> _WHAT THE TASK ASKS_
Among the entries that follow, some lines contain the word "with". Show all of them.

^^^^^^^^

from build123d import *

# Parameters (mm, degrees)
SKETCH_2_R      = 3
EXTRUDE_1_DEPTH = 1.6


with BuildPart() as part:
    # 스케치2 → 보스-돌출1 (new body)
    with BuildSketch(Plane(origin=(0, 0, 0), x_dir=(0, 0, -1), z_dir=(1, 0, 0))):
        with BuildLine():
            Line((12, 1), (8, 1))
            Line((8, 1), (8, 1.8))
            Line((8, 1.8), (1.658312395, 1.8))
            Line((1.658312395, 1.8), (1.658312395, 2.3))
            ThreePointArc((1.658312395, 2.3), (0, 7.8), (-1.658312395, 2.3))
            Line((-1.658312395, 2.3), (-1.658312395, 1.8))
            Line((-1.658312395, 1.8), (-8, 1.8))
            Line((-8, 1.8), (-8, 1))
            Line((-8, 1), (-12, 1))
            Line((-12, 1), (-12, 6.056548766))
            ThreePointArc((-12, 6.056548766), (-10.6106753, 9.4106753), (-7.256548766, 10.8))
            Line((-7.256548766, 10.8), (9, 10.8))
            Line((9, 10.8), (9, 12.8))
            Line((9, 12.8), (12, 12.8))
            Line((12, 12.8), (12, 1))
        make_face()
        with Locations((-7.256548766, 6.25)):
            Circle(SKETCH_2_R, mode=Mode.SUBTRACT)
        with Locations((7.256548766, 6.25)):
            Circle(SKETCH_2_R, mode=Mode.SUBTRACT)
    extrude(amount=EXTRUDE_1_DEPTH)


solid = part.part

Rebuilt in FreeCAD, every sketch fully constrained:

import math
import FreeCAD as App
import Part
import Sketcher
from FreeCAD import Vector

doc = App.newDocument("Part")
body = doc.addObject("PartDesign::Body", "Body")

sketch1 = doc.addObject("Sketcher::SketchObject", "Sketch")
body.addObject(sketch1)
sketch1.AttachmentSupport = (doc.YZ_Plane, [""])
sketch1.MapMode = "FlatFace"
sketch1.addGeometry([
    Part.LineSegment(Vector(1, -8, 0), Vector(1, -12, 0)),
    Part.LineSegment(Vector(1, -12, 0), Vector(12.8, -12, 0)),
    Part.LineSegment(Vector(12.8, -12, 0), Vector(12.8, -9, 0)),
    Part.LineSegment(Vector(12.8, -9, 0), Vector(10.8, -9, 0)),
    Part.LineSegment(Vector(10.8, -9, 0), Vector(10.8, 7.256549, 0)),
    Part.ArcOfCircle(Part.Circle(Vector(6.056549, 7.256549, 0), Vector(0, 0, 1), 4.743451), math.radians(0), math.radians(90)),
    Part.LineSegment(Vector(6.056549, 12, 0), Vector(1, 12, 0)),
    Part.LineSegment(Vector(1, 12, 0), Vector(1, 8, 0)),
    Part.LineSegment(Vector(1, 8, 0), Vector(1.8, 8, 0)),
    Part.LineSegment(Vector(1.8, 8, 0), Vector(1.8, 1.658312, 0)),
    Part.LineSegment(Vector(1.8, 1.658312, 0), Vector(2.3, 1.658312, 0)),
    Part.ArcOfCircle(Part.Circle(Vector(4.8, 0, 0), Vector(0, 0, 1), 3), math.radians(-146.44269), math.radians(146.44269)),
    Part.LineSegment(Vector(2.3, -1.658312, 0), Vector(1.8, -1.658312, 0)),
    Part.LineSegment(Vector(1.8, -1.658312, 0), Vector(1.8, -8, 0)),
    Part.LineSegment(Vector(1.8, -8, 0), Vector(1, -8, 0)),
    Part.Circle(Vector(6.25, -7.256549, 0), Vector(0, 0, 1), 3),
    Part.Circle(Vector(6.25, 7.256549, 0), Vector(0, 0, 1), 3),
], False)
sketch1.addConstraint([
    Sketcher.Constraint("Coincident", 0, 2, 1, 1),
    Sketcher.Constraint("Coincident", 1, 2, 2, 1),
    Sketcher.Constraint("Coincident", 2, 2, 3, 1),
    Sketcher.Constraint("Coincident", 3, 2, 4, 1),
    Sketcher.Constraint("Tangent", 4, 2, 5, 1),
    Sketcher.Constraint("Tangent", 5, 2, 6, 1),
    Sketcher.Constraint("Coincident", 6, 2, 7, 1),
    Sketcher.Constraint("Coincident", 7, 2, 8, 1),
    Sketcher.Constraint("Coincident", 8, 2, 9, 1),
    Sketcher.Constraint("Coincident", 9, 2, 10, 1),
    Sketcher.Constraint("Coincident", 10, 2, 11, 2),
    Sketcher.Constraint("Coincident", 11, 1, 12, 1),
    Sketcher.Constraint("Coincident", 12, 2, 13, 1),
    Sketcher.Constraint("Coincident", 13, 2, 14, 1),
    Sketcher.Constraint("Coincident", 14, 2, 0, 1),
    Sketcher.Constraint("Vertical", 0),
    Sketcher.Constraint("Horizontal", 1),
    Sketcher.Constraint("Vertical", 2),
    Sketcher.Constraint("Horizontal", 3),
    Sketcher.Constraint("Vertical", 4),
    Sketcher.Constraint("Horizontal", 6),
    Sketcher.Constraint("Vertical", 7),
    Sketcher.Constraint("Horizontal", 8),
    Sketcher.Constraint("Vertical", 9),
    Sketcher.Constraint("Horizontal", 10),
    Sketcher.Constraint("Horizontal", 12),
    Sketcher.Constraint("Vertical", 13),
    Sketcher.Constraint("Horizontal", 14),
    Sketcher.Constraint("Equal", 11, 15),
    Sketcher.Constraint("Equal", 15, 16),
    Sketcher.Constraint("Symmetric", 15, 3, 16, 3, -1),
    Sketcher.Constraint("Symmetric", 0, 2, 6, 2, -1),
    Sketcher.Constraint("Symmetric", 10, 2, 11, 1, -1),
    Sketcher.Constraint("Symmetric", 8, 2, 13, 2, -1),
    Sketcher.Constraint("Horizontal", 5, 3, 16, 3),
    Sketcher.Constraint("Diameter", 15, 6.0),
    Sketcher.Constraint("DistanceX", 3, 2, 3, 1, 2.0),
    Sketcher.Constraint("DistanceY", 0, 2, 0, 1, 4.0),
    Sketcher.Constraint("DistanceY", 2, 1, 2, 2, 3.0),
    Sketcher.Constraint("DistanceX", 1, 1, 1, 2, 11.8),
    Sketcher.Constraint("DistanceX", 8, 1, 8, 2, 0.8),
    Sketcher.Constraint("DistanceX", 10, 1, 10, 2, 0.5),
    Sketcher.Constraint("DistanceX", -1, 1, 0, 2, 1.0),
    Sketcher.Constraint("DistanceY", 0, 2, -1, 1, 12.0),
    Sketcher.Constraint("DistanceX", 11, 3, 1, 2, 8.0),
    Sketcher.Constraint("DistanceX", -1, 1, 15, 3, 6.25),
    Sketcher.Constraint("Radius", 5, 4.743451),
])
pad1 = doc.addObject("PartDesign::Pad", "Pad")
body.addObject(pad1)
pad1.Profile = sketch1
pad1.Length = 1.6

doc.recompute()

^^^^^^^^

> _RESPONSE AREA_
with BuildPart() as part:
    with BuildSketch(Plane(origin=(0, 0, 0), x_dir=(0, 0, -1), z_dir=(1, 0, 0))):
        with BuildLine():
        with Locations((-7.256548766, 6.25)):
        with Locations((7.256548766, 6.25)):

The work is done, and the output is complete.